---- Record set
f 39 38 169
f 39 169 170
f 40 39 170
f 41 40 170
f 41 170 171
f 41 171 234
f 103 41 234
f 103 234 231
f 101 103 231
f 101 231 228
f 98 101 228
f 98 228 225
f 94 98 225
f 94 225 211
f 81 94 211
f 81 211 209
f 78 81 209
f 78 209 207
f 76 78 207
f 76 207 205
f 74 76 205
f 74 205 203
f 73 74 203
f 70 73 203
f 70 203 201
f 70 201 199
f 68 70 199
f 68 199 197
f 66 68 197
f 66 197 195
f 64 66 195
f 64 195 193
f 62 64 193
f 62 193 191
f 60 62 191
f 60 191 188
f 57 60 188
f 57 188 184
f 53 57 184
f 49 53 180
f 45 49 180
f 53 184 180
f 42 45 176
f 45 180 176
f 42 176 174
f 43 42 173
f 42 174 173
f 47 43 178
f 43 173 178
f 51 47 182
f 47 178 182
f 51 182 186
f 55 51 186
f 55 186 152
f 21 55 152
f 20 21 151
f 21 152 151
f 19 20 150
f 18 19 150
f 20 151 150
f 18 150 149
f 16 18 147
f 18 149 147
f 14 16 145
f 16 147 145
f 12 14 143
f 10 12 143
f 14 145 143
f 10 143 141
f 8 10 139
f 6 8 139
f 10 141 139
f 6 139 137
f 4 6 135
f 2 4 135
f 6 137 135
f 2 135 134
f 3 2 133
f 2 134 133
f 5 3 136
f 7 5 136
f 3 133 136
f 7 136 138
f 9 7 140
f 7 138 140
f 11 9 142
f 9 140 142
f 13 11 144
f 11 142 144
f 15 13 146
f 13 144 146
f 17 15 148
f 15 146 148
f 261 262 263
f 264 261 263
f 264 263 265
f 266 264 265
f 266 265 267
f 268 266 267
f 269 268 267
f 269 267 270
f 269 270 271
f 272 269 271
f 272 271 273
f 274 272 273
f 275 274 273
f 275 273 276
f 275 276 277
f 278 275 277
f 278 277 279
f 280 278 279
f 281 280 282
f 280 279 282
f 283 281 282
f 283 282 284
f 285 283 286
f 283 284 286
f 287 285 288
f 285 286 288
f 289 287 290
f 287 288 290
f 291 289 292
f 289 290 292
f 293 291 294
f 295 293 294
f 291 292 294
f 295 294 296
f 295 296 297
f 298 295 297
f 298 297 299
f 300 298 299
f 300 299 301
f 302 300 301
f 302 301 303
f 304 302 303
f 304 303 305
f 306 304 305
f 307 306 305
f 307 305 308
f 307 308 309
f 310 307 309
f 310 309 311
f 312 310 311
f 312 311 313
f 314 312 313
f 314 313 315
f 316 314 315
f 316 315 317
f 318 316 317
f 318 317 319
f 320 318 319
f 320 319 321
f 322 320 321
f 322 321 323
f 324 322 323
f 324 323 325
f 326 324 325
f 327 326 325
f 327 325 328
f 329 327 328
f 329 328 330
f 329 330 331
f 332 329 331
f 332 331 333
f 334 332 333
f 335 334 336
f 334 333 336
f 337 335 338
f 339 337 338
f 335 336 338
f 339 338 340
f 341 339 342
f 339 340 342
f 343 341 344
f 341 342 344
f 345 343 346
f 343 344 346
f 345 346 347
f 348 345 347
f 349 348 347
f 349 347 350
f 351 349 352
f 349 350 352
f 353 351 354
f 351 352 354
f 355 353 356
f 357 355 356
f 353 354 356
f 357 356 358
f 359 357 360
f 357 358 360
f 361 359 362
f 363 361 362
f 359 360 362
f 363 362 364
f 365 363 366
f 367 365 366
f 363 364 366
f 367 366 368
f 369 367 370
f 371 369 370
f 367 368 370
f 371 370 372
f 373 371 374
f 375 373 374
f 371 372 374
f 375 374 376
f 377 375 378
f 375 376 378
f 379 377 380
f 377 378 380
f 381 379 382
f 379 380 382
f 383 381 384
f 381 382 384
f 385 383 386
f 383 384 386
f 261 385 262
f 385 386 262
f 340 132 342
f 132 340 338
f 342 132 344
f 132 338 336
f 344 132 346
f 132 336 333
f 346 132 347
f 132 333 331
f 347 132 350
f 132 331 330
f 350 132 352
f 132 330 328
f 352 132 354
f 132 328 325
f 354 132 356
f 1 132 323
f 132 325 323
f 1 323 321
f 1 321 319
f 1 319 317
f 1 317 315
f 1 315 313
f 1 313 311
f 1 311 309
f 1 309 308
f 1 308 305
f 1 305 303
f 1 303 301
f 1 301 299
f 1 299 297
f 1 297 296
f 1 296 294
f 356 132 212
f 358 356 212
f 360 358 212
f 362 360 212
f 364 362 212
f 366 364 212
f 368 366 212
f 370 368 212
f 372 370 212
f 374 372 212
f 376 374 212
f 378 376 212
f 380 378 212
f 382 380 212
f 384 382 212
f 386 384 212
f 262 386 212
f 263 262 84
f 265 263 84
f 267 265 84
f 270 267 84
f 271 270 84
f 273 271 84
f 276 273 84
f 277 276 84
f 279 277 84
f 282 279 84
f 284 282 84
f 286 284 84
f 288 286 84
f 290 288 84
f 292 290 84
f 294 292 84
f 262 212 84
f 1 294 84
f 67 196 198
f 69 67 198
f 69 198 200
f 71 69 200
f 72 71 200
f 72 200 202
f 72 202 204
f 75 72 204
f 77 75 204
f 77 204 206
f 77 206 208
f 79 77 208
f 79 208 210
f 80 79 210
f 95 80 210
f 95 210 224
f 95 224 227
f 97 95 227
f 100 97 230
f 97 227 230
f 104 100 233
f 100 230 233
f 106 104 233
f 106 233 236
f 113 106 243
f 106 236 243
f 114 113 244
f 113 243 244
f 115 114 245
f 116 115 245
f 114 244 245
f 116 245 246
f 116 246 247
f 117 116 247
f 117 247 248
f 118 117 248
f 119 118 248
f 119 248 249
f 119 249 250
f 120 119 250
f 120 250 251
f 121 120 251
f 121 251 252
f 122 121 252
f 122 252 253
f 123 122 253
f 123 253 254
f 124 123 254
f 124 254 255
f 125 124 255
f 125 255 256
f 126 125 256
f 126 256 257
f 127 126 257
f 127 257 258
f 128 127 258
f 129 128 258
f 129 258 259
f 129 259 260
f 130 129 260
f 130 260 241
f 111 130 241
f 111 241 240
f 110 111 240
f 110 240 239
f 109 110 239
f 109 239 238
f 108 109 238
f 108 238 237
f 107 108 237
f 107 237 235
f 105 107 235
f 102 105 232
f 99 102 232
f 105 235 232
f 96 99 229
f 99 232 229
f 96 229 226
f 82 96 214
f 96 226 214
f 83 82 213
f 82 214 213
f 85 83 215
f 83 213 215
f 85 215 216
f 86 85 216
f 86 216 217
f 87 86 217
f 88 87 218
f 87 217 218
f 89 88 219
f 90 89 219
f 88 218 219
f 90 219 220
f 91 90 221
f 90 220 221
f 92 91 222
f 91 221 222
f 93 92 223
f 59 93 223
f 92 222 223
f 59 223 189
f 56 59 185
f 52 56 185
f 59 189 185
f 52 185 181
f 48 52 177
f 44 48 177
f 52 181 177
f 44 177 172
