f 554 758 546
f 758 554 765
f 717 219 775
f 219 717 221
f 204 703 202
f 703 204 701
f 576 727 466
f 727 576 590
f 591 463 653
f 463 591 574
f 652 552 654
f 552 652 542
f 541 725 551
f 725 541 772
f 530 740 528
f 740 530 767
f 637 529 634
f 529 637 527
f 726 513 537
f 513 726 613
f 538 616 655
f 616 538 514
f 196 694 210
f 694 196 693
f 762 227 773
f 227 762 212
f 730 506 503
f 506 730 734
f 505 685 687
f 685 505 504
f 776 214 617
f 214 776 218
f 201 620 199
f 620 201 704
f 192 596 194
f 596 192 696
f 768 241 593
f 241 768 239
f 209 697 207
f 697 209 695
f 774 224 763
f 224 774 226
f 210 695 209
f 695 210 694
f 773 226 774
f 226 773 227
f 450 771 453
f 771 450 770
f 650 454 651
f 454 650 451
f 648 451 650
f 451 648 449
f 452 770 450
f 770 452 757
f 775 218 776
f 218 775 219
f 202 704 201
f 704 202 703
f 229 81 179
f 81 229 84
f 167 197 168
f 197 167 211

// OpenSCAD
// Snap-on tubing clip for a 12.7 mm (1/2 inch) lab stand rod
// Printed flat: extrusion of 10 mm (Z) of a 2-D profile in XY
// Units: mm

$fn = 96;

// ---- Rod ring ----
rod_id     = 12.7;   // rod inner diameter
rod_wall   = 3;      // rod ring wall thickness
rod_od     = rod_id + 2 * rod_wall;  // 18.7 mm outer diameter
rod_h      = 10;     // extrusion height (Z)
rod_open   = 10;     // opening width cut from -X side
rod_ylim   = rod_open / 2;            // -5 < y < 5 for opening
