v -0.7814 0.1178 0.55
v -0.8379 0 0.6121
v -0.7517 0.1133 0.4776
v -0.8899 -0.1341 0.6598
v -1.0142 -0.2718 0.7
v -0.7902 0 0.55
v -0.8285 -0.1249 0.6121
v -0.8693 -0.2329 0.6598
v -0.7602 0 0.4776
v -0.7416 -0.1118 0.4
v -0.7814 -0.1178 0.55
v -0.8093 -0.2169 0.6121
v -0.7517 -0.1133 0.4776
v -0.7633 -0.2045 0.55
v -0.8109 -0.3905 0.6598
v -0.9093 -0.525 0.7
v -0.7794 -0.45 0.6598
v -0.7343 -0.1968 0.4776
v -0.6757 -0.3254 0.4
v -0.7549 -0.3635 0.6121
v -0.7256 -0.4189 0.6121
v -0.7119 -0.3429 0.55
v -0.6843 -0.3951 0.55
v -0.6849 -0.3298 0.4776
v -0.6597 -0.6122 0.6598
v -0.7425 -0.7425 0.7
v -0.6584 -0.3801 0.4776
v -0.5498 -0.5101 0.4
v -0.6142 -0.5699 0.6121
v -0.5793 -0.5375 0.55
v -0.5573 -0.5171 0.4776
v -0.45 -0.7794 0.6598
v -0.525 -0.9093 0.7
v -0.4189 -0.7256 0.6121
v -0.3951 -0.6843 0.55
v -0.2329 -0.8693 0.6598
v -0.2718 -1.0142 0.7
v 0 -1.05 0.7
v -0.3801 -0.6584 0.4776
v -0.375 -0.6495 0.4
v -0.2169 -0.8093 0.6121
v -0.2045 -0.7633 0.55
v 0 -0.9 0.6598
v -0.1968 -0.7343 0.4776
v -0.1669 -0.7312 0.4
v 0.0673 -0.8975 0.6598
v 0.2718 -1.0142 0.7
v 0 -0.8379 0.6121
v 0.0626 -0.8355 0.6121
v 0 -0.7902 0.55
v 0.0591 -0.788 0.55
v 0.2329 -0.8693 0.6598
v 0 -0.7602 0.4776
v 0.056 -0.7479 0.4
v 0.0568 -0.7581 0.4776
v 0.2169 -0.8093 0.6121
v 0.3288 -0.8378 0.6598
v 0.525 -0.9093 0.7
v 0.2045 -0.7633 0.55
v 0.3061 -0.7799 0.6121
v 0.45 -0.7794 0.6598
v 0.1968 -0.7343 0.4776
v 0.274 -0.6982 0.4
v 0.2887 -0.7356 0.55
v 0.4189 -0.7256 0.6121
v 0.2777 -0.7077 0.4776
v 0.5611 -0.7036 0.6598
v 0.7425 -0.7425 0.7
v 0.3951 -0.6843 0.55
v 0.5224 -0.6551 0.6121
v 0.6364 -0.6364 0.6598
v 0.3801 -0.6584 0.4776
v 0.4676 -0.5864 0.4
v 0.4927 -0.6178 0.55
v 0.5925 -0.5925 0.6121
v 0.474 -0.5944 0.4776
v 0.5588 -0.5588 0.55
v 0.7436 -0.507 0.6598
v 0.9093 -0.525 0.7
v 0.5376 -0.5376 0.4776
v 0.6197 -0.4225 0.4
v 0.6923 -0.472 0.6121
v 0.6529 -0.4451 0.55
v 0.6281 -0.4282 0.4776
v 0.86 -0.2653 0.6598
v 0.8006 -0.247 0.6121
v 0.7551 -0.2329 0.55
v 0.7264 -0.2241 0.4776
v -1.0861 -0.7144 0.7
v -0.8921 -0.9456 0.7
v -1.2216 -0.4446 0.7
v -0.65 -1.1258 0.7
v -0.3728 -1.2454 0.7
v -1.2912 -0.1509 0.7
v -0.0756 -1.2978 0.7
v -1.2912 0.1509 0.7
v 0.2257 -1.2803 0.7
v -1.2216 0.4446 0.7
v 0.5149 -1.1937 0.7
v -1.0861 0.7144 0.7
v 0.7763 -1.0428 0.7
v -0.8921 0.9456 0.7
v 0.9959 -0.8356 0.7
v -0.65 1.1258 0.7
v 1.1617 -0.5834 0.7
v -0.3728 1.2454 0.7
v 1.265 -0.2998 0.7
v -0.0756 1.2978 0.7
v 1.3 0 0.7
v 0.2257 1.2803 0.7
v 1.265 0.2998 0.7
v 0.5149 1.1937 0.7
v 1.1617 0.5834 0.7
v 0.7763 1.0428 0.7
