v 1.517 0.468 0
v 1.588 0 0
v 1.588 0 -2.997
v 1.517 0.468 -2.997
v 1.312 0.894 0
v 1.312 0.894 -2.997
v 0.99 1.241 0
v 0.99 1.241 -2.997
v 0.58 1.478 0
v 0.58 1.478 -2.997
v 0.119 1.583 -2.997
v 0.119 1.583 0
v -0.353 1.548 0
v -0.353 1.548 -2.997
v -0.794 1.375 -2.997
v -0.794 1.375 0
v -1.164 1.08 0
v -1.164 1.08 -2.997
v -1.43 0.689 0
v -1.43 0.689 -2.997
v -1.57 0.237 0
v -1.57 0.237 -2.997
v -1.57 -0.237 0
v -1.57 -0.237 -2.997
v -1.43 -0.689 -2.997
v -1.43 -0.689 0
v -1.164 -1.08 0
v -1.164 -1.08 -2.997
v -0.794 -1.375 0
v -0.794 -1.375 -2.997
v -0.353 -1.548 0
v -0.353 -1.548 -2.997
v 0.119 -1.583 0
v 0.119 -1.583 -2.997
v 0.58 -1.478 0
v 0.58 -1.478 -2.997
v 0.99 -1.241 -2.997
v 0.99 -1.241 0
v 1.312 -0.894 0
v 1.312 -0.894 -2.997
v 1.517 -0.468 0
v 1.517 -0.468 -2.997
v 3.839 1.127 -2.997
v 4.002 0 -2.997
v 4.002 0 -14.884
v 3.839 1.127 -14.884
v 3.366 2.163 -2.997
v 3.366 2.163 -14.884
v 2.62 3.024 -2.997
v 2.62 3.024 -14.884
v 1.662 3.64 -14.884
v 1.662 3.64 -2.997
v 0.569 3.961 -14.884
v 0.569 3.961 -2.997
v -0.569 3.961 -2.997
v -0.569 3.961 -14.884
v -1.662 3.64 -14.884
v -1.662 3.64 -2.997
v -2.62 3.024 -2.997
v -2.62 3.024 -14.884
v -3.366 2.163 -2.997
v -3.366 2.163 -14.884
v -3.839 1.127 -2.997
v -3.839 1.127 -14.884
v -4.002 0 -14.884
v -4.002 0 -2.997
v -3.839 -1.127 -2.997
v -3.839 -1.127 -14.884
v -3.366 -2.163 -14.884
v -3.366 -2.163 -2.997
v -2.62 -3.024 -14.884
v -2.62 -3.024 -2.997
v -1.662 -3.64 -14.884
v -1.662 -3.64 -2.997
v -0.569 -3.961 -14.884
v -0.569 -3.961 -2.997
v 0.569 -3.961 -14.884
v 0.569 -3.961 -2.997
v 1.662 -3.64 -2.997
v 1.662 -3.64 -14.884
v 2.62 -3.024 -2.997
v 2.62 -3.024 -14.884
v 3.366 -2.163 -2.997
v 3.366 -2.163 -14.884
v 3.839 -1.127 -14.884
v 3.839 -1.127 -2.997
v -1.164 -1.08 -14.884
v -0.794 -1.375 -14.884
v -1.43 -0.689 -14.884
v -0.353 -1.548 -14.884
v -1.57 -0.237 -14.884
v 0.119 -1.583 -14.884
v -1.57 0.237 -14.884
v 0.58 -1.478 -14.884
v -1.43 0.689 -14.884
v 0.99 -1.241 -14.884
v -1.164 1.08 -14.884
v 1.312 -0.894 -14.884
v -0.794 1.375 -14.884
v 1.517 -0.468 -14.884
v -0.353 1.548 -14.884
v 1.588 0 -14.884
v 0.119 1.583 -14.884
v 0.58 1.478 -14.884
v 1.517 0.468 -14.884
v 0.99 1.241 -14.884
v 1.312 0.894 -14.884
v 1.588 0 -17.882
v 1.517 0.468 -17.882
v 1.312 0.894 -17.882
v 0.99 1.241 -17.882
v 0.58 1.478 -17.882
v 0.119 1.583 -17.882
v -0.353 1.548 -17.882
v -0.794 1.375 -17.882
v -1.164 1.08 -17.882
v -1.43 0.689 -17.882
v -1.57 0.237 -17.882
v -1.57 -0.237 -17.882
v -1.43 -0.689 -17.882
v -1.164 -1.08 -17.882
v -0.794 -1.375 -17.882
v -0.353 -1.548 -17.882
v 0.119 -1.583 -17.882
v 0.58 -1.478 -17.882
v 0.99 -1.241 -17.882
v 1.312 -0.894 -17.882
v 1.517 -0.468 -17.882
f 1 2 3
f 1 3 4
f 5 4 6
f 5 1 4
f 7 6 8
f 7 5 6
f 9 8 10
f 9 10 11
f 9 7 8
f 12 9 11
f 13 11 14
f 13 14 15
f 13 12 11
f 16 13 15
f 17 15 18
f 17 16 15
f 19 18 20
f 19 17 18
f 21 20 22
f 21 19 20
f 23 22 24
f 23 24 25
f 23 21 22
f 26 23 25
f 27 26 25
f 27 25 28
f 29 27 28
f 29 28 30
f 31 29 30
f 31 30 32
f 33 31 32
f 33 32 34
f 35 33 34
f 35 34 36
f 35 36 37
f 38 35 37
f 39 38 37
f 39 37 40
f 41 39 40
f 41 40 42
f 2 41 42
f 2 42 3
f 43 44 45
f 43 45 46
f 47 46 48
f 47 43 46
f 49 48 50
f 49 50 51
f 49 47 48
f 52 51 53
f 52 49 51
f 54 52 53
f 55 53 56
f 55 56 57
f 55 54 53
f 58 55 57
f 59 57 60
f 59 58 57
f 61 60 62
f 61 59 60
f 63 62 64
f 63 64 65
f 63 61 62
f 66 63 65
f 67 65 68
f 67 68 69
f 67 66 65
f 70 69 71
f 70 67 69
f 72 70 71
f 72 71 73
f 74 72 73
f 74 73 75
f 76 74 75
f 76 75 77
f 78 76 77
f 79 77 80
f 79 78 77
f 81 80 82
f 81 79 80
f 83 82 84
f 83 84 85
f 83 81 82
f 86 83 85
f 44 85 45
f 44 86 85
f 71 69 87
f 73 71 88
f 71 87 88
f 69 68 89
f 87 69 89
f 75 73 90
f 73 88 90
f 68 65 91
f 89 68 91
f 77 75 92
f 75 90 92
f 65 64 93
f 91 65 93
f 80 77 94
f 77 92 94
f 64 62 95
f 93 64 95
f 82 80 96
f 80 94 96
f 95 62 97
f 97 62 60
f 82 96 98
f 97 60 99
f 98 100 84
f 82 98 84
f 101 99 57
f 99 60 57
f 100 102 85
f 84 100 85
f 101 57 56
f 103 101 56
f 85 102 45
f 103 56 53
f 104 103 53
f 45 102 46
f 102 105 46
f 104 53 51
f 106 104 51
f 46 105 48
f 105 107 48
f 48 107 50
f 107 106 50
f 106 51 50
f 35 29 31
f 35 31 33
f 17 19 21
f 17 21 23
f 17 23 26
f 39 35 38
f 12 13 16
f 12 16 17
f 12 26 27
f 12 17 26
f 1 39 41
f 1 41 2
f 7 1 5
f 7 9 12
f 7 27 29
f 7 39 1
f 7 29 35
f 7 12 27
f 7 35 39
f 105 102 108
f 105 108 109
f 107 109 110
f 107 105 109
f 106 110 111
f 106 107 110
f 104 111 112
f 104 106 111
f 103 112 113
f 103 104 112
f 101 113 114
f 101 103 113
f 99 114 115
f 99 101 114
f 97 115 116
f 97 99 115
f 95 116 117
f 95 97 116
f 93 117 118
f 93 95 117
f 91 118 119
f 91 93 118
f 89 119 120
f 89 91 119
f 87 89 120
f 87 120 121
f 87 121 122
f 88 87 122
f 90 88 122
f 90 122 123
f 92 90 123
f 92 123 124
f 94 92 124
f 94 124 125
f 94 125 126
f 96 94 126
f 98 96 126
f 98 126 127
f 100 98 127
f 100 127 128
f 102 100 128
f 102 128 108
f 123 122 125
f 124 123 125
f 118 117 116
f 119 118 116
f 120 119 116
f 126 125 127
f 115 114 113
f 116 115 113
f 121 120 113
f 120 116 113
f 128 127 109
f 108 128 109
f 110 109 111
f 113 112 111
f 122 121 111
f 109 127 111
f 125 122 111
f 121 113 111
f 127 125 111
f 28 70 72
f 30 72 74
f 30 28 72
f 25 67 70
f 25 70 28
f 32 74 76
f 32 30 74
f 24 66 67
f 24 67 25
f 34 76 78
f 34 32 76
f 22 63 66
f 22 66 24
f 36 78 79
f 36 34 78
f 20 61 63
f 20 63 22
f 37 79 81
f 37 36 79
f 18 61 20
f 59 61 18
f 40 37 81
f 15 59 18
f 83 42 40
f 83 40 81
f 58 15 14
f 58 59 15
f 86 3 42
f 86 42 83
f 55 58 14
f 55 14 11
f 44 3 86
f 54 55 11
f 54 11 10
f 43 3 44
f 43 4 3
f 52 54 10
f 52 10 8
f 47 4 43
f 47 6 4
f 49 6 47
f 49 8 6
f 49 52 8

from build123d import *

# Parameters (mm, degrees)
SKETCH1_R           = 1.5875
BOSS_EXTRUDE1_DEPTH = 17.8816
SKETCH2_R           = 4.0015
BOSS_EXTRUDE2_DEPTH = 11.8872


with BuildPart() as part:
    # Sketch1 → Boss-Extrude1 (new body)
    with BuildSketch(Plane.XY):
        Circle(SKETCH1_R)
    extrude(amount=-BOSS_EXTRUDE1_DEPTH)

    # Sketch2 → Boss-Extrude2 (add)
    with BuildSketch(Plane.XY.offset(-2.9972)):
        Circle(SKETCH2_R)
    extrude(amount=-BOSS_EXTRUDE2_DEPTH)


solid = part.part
--------
_Work required:_
Beginning at the line above with "f 85 215 216" and finishing at the line with "f 48 52 177", return each line exactly and return nothing else.

_The answer:_
f 85 215 216
f 86 85 216
f 86 216 217
f 87 86 217
f 88 87 218
f 87 217 218
f 89 88 219
f 90 89 219
f 88 218 219
f 90 219 220
f 91 90 221
f 90 220 221
f 92 91 222
f 91 221 222
f 93 92 223
f 59 93 223
f 92 222 223
f 59 223 189
f 56 59 185
f 52 56 185
f 59 189 185
f 52 185 181
f 48 52 177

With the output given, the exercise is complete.